Publications

Side Adapter Network for Open-Vocabulary Semantic Segmentation

Published in CVPR, 2023

The paper introduces a new framework called Side Adapter Network (SAN) for open-vocabulary semantic segmentation, which utilizes a pre-trained vision-language model, CLIP. SAN incorporates a side network to predict mask proposals and attention bias, resulting in improved recognition of mask classes. The approach achieves high accuracy and inference speed with minimal additional trainable parameters, outperforming other methods in various benchmarks.

A Simple Baseline for Open-Vocabulary Semantic Segmentation with Pre-trained Vision-language Model

Published in ECCV, 2022

This paper introduces a two-stage open-vocabulary semantic segmentation framework that combines an off-the-shelf vision-language model, CLIP, with mask proposals to achieve superior open-vocabulary semantic segmentation performance. The framework outperforms previous methods on zero-shot semantic segmentation tasks and serves as a strong baseline for future research.
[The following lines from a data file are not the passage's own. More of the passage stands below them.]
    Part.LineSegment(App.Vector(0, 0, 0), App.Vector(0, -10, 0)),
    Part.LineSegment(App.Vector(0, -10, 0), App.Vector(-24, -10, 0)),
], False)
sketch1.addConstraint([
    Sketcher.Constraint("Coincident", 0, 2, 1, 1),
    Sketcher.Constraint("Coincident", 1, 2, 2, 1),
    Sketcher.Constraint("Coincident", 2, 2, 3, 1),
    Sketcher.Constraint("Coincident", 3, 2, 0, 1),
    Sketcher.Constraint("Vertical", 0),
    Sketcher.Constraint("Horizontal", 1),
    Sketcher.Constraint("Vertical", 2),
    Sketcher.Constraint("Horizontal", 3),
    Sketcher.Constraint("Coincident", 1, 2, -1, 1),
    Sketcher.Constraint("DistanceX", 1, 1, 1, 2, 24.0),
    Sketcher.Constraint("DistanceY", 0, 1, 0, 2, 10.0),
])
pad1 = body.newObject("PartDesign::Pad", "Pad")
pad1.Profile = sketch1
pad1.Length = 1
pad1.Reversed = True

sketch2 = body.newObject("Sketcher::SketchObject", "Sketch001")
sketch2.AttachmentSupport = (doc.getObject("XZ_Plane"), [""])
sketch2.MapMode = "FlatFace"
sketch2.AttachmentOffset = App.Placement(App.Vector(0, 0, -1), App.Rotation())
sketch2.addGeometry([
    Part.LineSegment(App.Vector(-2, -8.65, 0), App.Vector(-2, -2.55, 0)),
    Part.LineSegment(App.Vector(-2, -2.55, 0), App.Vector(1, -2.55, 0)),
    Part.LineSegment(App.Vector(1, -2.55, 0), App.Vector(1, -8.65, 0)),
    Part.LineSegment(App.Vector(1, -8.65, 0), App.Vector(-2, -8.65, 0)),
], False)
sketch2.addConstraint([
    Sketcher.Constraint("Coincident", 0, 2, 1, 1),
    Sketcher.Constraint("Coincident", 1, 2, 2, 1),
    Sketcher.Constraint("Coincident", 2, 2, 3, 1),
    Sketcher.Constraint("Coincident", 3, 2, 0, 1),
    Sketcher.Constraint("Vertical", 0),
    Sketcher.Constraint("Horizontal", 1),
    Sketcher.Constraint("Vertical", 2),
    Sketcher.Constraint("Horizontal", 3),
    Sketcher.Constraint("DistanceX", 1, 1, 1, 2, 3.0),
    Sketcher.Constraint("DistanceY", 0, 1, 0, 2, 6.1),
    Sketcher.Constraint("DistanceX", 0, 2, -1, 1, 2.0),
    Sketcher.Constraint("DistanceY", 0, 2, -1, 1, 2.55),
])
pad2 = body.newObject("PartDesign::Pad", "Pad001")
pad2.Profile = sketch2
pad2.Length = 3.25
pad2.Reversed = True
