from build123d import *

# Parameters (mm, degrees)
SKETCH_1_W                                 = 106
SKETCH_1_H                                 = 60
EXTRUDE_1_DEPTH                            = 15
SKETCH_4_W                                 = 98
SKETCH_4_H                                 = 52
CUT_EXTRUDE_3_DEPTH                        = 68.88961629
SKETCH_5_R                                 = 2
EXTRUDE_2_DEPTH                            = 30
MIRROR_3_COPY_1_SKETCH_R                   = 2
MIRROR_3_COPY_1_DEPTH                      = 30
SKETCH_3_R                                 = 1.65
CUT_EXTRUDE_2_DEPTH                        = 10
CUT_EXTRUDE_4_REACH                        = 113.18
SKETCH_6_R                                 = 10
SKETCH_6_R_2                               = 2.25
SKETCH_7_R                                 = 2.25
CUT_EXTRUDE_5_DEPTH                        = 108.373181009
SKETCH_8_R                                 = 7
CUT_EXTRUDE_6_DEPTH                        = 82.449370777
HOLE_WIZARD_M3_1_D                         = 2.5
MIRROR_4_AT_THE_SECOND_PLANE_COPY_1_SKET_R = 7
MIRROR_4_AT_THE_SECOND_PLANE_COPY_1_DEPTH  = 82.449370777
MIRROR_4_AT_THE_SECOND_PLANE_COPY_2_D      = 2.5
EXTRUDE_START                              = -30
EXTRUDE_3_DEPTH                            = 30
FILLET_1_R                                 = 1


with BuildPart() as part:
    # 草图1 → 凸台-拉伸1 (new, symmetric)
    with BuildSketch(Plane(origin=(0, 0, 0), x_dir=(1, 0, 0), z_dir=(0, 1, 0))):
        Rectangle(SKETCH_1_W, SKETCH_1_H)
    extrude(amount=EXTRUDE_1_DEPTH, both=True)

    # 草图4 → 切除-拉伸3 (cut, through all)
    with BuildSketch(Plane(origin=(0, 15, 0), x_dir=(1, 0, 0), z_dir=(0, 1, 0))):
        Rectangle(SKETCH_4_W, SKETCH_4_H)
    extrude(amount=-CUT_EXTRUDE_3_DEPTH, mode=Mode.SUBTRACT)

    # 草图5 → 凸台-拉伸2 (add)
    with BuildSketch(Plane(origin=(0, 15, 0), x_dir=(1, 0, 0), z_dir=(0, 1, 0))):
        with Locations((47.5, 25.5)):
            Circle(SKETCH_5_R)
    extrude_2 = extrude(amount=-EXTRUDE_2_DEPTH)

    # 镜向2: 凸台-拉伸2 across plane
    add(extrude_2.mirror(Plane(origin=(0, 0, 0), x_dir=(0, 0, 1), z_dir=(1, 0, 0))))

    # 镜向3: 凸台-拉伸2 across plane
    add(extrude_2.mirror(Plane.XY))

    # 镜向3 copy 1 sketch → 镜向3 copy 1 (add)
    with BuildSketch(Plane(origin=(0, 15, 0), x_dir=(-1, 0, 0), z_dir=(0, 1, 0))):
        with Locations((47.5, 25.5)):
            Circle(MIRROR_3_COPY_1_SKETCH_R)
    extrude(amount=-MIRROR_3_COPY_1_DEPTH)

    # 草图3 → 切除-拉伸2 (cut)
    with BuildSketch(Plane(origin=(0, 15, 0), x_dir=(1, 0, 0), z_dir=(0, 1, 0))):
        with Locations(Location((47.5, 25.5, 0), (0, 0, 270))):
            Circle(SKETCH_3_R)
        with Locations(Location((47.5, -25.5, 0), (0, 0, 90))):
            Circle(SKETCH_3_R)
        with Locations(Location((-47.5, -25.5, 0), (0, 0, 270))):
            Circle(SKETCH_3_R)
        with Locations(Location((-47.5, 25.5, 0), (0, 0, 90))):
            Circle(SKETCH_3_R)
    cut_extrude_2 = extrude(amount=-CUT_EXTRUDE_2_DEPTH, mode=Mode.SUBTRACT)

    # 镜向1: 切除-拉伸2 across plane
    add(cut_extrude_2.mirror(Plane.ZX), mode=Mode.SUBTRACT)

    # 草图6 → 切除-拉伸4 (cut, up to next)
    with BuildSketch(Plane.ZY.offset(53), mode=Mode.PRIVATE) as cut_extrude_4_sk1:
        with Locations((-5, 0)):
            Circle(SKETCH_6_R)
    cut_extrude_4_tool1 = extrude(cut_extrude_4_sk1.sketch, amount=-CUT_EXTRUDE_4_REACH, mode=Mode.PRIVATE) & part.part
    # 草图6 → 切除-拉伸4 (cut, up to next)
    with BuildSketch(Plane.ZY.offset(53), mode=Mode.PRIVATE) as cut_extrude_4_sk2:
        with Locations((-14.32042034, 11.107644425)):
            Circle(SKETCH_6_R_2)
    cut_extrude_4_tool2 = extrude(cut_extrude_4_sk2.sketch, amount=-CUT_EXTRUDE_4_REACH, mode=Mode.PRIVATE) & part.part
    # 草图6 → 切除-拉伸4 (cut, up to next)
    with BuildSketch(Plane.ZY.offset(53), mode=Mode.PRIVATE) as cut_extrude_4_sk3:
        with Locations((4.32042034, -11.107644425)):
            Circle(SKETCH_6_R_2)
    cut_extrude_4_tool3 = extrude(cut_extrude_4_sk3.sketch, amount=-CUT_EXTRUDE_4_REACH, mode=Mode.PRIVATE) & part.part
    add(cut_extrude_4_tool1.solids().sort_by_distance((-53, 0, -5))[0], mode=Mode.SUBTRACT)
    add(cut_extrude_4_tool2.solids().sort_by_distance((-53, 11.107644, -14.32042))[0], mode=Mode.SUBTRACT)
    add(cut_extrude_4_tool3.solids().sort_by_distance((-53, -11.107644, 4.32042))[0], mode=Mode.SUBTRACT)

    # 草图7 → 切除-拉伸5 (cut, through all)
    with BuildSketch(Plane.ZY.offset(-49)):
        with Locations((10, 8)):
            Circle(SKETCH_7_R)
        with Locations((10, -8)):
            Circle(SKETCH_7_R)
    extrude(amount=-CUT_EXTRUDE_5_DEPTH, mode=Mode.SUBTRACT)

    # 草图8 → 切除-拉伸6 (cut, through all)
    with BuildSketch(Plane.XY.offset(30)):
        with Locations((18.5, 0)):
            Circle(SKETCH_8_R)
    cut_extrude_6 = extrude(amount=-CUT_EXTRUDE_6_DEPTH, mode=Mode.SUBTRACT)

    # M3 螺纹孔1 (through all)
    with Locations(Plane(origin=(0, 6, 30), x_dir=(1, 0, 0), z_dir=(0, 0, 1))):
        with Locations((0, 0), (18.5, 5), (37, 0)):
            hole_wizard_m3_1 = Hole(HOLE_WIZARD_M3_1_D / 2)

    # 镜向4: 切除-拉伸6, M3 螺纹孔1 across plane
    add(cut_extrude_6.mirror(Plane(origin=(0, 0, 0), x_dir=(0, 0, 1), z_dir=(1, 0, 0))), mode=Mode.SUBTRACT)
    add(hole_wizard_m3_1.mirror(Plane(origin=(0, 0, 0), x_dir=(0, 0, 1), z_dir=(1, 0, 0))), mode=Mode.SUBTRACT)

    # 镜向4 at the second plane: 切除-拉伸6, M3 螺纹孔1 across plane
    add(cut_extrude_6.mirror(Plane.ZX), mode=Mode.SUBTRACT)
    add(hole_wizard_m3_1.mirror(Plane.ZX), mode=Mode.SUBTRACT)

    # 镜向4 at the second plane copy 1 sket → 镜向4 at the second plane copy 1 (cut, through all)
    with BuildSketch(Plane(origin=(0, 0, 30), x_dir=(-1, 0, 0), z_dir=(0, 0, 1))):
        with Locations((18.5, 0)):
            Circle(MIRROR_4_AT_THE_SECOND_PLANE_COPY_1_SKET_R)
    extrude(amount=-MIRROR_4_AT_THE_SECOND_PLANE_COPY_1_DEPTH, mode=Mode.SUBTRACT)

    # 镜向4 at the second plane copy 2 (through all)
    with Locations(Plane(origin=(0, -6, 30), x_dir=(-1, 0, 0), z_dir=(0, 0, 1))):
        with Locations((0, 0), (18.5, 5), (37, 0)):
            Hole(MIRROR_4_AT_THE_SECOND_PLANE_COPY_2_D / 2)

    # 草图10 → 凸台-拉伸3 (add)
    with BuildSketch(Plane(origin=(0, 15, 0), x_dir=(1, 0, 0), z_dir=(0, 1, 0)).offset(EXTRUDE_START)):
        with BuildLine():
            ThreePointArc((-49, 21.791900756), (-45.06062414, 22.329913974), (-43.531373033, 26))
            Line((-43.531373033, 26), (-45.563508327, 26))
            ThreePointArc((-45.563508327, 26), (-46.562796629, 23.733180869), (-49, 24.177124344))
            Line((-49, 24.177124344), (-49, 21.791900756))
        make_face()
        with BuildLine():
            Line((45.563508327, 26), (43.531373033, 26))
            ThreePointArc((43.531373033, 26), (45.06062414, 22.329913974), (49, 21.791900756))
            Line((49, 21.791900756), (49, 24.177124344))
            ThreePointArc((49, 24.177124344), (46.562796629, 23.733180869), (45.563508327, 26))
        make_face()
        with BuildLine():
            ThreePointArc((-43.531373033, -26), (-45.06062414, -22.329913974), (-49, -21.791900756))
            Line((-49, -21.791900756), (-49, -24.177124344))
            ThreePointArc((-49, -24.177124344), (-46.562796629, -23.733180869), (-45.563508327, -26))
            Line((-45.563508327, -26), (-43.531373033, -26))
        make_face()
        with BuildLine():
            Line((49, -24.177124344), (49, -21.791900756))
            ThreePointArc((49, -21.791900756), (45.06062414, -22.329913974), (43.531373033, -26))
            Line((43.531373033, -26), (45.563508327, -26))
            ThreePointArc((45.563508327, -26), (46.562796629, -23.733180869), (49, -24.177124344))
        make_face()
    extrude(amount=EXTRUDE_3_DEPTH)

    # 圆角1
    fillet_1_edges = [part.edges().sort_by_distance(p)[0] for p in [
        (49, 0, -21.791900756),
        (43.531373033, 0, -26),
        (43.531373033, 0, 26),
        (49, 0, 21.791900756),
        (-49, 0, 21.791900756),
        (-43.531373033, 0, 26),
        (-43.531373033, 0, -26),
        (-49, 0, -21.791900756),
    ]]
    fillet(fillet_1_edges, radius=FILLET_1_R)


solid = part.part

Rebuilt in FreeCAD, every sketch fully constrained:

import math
import FreeCAD as App
import Part
import Sketcher
from FreeCAD import Vector
Q = App.Units.Quantity


def edges_at(feature, points):
    """Names of the edges that pass closest to the given points."""
    edges = feature.Shape.Edges
    near = lambda p: min(range(len(edges)), key=lambda i: edges[i].distToShape(Part.Vertex(*p))[0])
    return sorted({f"Edge{near(p) + 1}" for p in points})

doc = App.newDocument("Part")
body = doc.addObject("PartDesign::Body", "Body")

sketch1 = body.newObject("Sketcher::SketchObject", "Sketch")
sketch1.AttachmentSupport = (doc.getObject("XZ_Plane"), [""])
sketch1.MapMode = "FlatFace"
sketch1.addGeometry([
    Part.LineSegment(Vector(-53, -30, 0), Vector(-53, 30, 0)),
    Part.LineSegment(Vector(-53, 30, 0), Vector(53, 30, 0)),
    Part.LineSegment(Vector(53, 30, 0), Vector(53, -30, 0)),
    Part.LineSegment(Vector(53, -30, 0), Vector(-53, -30, 0)),
], False)
sketch1.addConstraint([
    Sketcher.Constraint("Coincident", 0, 2, 1, 1),
    Sketcher.Constraint("Coincident", 1, 2, 2, 1),
    Sketcher.Constraint("Coincident", 2, 2, 3, 1),
    Sketcher.Constraint("Coincident", 3, 2, 0, 1),
    Sketcher.Constraint("Vertical", 0),
    Sketcher.Constraint("Horizontal", 1),
    Sketcher.Constraint("Vertical", 2),
    Sketcher.Constraint("Horizontal", 3),
    Sketcher.Constraint("Symmetric", 0, 2, 2, 2, -1, 1),
    Sketcher.Constraint("DistanceX", 1, 1, 1, 2, Q("106 mm")),
    Sketcher.Constraint("DistanceY", 0, 1, 0, 2, Q("60 mm")),
])
pad1 = body.newObject("PartDesign::Pad", "Pad")
pad1.Profile = sketch1
pad1.Length = 30
pad1.Midplane = True

sketch2 = body.newObject("Sketcher::SketchObject", "Sketch001")
sketch2.AttachmentSupport = (doc.getObject("XZ_Plane"), [""])
sketch2.MapMode = "FlatFace"
sketch2.AttachmentOffset = App.Placement(Vector(0, 0, -15), App.Rotation())
sketch2.addGeometry([
    Part.LineSegment(Vector(-49, -26, 0), Vector(-49, 26, 0)),
    Part.LineSegment(Vector(-49, 26, 0), Vector(49, 26, 0)),
    Part.LineSegment(Vector(49, 26, 0), Vector(49, -26, 0)),
    Part.LineSegment(Vector(49, -26, 0), Vector(-49, -26, 0)),
], False)
sketch2.addConstraint([
    Sketcher.Constraint("Coincident", 0, 2, 1, 1),
    Sketcher.Constraint("Coincident", 1, 2, 2, 1),
    Sketcher.Constraint("Coincident", 2, 2, 3, 1),
    Sketcher.Constraint("Coincident", 3, 2, 0, 1),
    Sketcher.Constraint("Vertical", 0),
    Sketcher.Constraint("Horizontal", 1),
    Sketcher.Constraint("Vertical", 2),
    Sketcher.Constraint("Horizontal", 3),
    Sketcher.Constraint("Symmetric", 0, 2, 2, 2, -1, 1),
    Sketcher.Constraint("DistanceX", 1, 1, 1, 2, Q("98 mm")),
    Sketcher.Constraint("DistanceY", 0, 1, 0, 2, Q("52 mm")),
])
pocket1 = body.newObject("PartDesign::Pocket", "Pocket")
pocket1.Profile = sketch2
pocket1.Type = "ThroughAll"
pocket1.Reversed = True

sketch3 = body.newObject("Sketcher::SketchObject", "Sketch002")
sketch3.AttachmentSupport = (doc.getObject("XZ_Plane"), [""])
sketch3.MapMode = "FlatFace"
sketch3.AttachmentOffset = App.Placement(Vector(0, 0, -15), App.Rotation())
sketch3.addGeometry(Part.Circle(Vector(47.5, -25.5, 0), Vector(0, 0, 1), 2), False)
sketch3.addConstraint([
    Sketcher.Constraint("Diameter", 0, Q("4 mm")),
    Sketcher.Constraint("DistanceX", -1, 1, 0, 3, Q("47.5 mm")),
    Sketcher.Constraint("DistanceY", 0, 3, -1, 1, Q("25.5 mm")),
])
pad2 = body.newObject("PartDesign::Pad", "Pad001")
pad2.Profile = sketch3
pad2.Length = 30
doc.recompute()

mirrored = body.newObject("PartDesign::Mirrored", "Mirrored")
mirrored.Originals = [pad2]
mirrored.MirrorPlane = (doc.getObject("YZ_Plane"), [""])
body.Tip = mirrored
doc.recompute()

mirrored2 = body.newObject("PartDesign::Mirrored", "Mirrored001")
mirrored2.Originals = [pad2]
mirrored2.MirrorPlane = (doc.getObject("XY_Plane"), [""])
body.Tip = mirrored2

sketch4 = body.newObject("Sketcher::SketchObject", "Sketch003")
sketch4.AttachmentSupport = (doc.getObject("XZ_Plane"), [""])
sketch4.MapMode = "FlatFace"
sketch4.AttachmentOffset = App.Placement(Vector(0, 0, -15), App.Rotation())
sketch4.addGeometry(Part.Circle(Vector(-47.5, 25.5, 0), Vector(0, 0, 1), 2), False)
sketch4.addConstraint([
    Sketcher.Constraint("Diameter", 0, Q("4 mm")),
    Sketcher.Constraint("DistanceX", 0, 3, -1, 1, Q("47.5 mm")),
    Sketcher.Constraint("DistanceY", -1, 1, 0, 3, Q("25.5 mm")),
])
pad3 = body.newObject("PartDesign::Pad", "Pad002")
pad3.Profile = sketch4
pad3.Length = 30

sketch5 = body.newObject("Sketcher::SketchObject", "Sketch004")
sketch5.AttachmentSupport = (doc.getObject("XZ_Plane"), [""])
sketch5.MapMode = "FlatFace"
sketch5.AttachmentOffset = App.Placement(Vector(0, 0, -15), App.Rotation())
sketch5.addGeometry([
    Part.Circle(Vector(47.5, -25.5, 0), Vector(0, 0, 1), 1.6),
    Part.Circle(Vector(47.5, 25.5, 0), Vector(0, 0, 1), 1.6),
    Part.Circle(Vector(-47.5, 25.5, 0), Vector(0, 0, 1), 1.6),
    Part.Circle(Vector(-47.5, -25.5, 0), Vector(0, 0, 1), 1.6),
], False)
sketch5.addConstraint([
    Sketcher.Constraint("Equal", 0, 1),
    Sketcher.Constraint("Equal", 1, 2),
    Sketcher.Constraint("Equal", 2, 3),
    Sketcher.Constraint("Symmetric", 0, 3, 2, 3, -1, 1),
    Sketcher.Constraint("Symmetric", 1, 3, 3, 3, -1, 1),
    Sketcher.Constraint("Symmetric", 1, 3, 2, 3, -2),
    Sketcher.Constraint("Diameter", 0, Q("3.3 mm")),
    Sketcher.Constraint("DistanceY", 0, 3, 1, 3, Q("51 mm")),
    Sketcher.Constraint("DistanceX", 2, 3, 1, 3, Q("95 mm")),
])
pocket2 = body.newObject("PartDesign::Pocket", "Pocket001")
pocket2.Profile = sketch5
pocket2.Length = 10
pocket2.Reversed = True
doc.recompute()

mirrored3 = body.newObject("PartDesign::Mirrored", "Mirrored002")
mirrored3.Originals = [pocket2]
mirrored3.MirrorPlane = (doc.getObject("XZ_Plane"), [""])
body.Tip = mirrored3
Bootstrap Your Object Detector via Mixed Training

Published in NeurIPS, 2021

MixTraining is a novel training approach for object detection that enhances data augmentation by combining different strengths and excluding potentially harmful augmentations. It also addresses localization noise and missing labels through the use of pseudo boxes. This method consistently improves the performance of various detectors on the COCO dataset, achieving significant accuracy gains for models like Faster R-CNN and Cascade-RCNN.

End-to-End Semi-Supervised Object Detection with Soft Teacher

Published in ICCV, 2021

This paper introduces an end-to-end semi-supervised object detection approach that surpasses previous methods by a significant margin on the COCO benchmark, achieving superior performance with labeling ratios of 1%, 5%, and 10%. By leveraging unlabeled data with all labeled data, the proposed approach enhances a strong Faster RCNN by +3.6 mAP, reaching 44.5 mAP, and improves the accuracy of a state-of-the-art Swin Transformer based object detector by +1.5 mAP, reaching 60.4 mAP. When combined with the Object365 pre-trained model, it achieves a new state-of-the-art detection accuracy of 61.3 mAP and instance segmentation accuracy of 53.0 mAP.

Asymmetric Non-local Neural Networks for Semantic Segmentation

Published in ICCV, 2019

This paper introduces the Asymmetric Non-local Neural Network (ANN) for semantic segmentation, addressing the computational and memory challenges of non-local modules. It includes two key components: the Asymmetric Pyramid Non-local Block (APNB) and the Asymmetric Fusion Non-local Block (AFNB). Experimental results demonstrate the effectiveness and efficiency of ANN, achieving state-of-the-art performance with an mIoU of 81.3 on the Cityscapes test set, while being significantly faster and occupying less GPU memory compared to traditional non-local blocks.